Exercise
Once the line with "f 22 110 111" is found in the data, output it and each following line exactly, up to and including the line with "v -2 3.464 46", and nothing before or after.

Collected data
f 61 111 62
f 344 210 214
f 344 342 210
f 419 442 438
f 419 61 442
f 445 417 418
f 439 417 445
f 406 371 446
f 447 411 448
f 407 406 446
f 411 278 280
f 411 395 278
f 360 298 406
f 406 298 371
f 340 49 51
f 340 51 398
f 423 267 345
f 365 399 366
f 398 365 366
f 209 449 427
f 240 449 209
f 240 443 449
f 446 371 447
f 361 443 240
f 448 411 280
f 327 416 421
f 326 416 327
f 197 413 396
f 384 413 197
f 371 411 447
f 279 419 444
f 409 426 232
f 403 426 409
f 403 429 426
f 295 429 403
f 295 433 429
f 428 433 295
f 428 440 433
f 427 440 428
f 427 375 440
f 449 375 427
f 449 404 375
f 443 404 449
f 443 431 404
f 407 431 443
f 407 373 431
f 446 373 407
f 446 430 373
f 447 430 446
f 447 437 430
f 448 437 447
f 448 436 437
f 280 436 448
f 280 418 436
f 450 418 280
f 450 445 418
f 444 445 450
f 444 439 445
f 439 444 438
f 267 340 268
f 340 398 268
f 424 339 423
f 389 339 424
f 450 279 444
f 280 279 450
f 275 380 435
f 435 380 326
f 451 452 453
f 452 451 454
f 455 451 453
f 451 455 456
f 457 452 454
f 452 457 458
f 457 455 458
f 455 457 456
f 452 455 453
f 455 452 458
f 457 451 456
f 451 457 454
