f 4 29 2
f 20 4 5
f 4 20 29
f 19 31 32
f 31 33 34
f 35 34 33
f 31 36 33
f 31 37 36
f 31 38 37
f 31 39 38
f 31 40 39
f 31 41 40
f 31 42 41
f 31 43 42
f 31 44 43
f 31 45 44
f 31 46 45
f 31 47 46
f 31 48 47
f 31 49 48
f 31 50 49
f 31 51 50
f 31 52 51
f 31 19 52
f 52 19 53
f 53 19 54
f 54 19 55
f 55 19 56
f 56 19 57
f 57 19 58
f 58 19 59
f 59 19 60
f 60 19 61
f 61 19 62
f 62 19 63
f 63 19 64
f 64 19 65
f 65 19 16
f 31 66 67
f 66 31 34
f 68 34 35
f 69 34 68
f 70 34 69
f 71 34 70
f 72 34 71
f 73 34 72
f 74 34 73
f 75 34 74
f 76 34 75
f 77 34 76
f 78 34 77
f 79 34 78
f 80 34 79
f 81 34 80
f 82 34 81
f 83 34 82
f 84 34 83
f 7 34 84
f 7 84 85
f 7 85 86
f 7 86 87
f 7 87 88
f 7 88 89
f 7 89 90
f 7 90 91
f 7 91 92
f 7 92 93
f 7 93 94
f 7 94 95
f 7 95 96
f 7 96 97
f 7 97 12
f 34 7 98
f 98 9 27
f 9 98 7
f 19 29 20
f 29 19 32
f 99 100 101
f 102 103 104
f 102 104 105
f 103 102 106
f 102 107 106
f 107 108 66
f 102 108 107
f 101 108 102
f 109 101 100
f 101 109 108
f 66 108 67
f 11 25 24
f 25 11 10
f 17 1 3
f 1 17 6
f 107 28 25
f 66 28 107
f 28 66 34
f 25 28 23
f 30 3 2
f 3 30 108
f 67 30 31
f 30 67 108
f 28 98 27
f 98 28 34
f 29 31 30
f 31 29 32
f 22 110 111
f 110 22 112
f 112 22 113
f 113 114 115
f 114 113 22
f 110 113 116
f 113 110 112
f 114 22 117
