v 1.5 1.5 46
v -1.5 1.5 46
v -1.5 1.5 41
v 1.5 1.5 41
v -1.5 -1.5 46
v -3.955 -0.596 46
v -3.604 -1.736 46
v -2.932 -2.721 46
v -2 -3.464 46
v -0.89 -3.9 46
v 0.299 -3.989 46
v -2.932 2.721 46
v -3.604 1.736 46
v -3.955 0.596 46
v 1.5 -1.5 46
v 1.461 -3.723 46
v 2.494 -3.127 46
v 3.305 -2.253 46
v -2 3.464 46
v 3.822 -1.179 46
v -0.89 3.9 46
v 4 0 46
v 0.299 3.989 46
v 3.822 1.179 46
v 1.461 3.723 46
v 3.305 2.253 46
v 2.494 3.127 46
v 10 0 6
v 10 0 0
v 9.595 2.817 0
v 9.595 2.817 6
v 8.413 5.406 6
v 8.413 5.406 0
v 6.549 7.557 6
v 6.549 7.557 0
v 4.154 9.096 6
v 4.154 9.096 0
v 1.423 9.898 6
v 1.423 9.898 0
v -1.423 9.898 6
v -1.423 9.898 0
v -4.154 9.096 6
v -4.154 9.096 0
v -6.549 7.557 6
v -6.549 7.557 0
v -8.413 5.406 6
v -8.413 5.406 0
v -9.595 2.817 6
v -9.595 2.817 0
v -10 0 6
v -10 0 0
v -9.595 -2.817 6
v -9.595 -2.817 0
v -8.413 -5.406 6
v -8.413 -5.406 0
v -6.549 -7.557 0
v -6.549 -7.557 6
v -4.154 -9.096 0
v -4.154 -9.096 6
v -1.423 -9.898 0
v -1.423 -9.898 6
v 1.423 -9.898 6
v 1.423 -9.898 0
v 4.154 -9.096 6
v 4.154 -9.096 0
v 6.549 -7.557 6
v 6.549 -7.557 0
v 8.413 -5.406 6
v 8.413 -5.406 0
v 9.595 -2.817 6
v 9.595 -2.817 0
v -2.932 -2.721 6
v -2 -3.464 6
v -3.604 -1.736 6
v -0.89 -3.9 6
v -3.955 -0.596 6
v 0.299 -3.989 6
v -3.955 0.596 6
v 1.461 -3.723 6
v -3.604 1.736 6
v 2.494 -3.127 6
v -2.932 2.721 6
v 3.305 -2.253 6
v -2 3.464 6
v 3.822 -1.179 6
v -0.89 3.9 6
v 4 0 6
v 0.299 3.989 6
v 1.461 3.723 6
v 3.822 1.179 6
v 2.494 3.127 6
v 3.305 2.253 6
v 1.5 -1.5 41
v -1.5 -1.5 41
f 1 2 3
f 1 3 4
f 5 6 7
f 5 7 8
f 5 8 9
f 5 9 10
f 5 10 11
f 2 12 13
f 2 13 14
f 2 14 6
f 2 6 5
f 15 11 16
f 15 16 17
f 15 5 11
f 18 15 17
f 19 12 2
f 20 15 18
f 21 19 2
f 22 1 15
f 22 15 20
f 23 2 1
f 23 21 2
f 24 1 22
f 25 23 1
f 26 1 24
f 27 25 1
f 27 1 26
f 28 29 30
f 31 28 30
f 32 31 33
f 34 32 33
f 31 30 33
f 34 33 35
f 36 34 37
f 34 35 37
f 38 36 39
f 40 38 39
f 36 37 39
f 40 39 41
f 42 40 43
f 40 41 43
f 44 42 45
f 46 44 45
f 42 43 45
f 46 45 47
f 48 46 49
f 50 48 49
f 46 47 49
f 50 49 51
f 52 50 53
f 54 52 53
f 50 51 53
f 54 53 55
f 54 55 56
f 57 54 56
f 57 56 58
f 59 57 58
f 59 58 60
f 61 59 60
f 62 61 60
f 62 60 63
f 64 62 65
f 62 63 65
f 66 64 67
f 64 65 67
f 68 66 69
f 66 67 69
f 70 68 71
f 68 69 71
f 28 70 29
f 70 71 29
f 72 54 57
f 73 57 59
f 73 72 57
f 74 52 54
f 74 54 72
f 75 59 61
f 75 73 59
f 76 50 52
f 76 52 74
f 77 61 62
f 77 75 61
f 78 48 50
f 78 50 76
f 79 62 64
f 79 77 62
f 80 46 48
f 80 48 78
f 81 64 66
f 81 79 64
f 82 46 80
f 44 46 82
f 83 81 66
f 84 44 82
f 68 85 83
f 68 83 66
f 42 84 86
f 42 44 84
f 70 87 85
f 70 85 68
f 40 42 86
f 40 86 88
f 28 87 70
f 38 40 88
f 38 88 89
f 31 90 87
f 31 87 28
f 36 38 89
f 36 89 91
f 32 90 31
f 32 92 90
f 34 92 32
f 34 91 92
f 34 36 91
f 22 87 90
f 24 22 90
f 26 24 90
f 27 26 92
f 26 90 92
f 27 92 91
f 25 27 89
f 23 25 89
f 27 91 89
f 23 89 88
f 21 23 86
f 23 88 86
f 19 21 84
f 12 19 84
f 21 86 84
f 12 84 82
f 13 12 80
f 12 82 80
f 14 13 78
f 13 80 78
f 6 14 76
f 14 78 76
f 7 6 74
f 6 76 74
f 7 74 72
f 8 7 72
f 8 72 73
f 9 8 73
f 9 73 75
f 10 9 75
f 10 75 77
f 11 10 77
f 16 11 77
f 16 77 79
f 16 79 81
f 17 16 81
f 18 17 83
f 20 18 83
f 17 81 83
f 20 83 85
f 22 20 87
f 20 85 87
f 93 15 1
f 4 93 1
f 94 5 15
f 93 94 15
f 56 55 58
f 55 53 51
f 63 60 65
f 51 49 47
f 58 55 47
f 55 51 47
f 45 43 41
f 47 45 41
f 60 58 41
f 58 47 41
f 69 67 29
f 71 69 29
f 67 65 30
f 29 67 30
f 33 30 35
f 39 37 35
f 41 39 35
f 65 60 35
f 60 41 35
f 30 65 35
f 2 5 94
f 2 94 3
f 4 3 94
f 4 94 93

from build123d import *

# Parameters (mm, degrees)
F0_R     = 10
F1_DEPTH = 6
F2_R     = 4
F3_DEPTH = 40
F4_W     = 3
F4_H     = 3
F5_DEPTH = 5


with BuildPart() as f1:
    # F0 (on Top) → F1 (new body)
    with BuildSketch(Plane.XY):
        Circle(F0_R)
    extrude(amount=F1_DEPTH)

    # F2 (on face) → F3 (join)
    with BuildSketch(Plane.XY.offset(6)):
        Circle(F2_R)
    extrude(amount=F3_DEPTH)

    # F4 (on face) → F5 (cut)
    with BuildSketch(Plane.XY.offset(46)):
        Rectangle(F4_W, F4_H)
    extrude(amount=-F5_DEPTH, mode=Mode.SUBTRACT)


solid = f1.part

Reply
f 22 110 111
f 110 22 112
f 112 22 113
f 113 114 115
f 114 113 22
f 110 113 116
f 113 110 112
f 114 22 117
v 1.5 1.5 46
v -1.5 1.5 46
v -1.5 1.5 41
v 1.5 1.5 41
v -1.5 -1.5 46
v -3.955 -0.596 46
v -3.604 -1.736 46
v -2.932 -2.721 46
v -2 -3.464 46
v -0.89 -3.9 46
v 0.299 -3.989 46
v -2.932 2.721 46
v -3.604 1.736 46
v -3.955 0.596 46
v 1.5 -1.5 46
v 1.461 -3.723 46
v 2.494 -3.127 46
v 3.305 -2.253 46
v -2 3.464 46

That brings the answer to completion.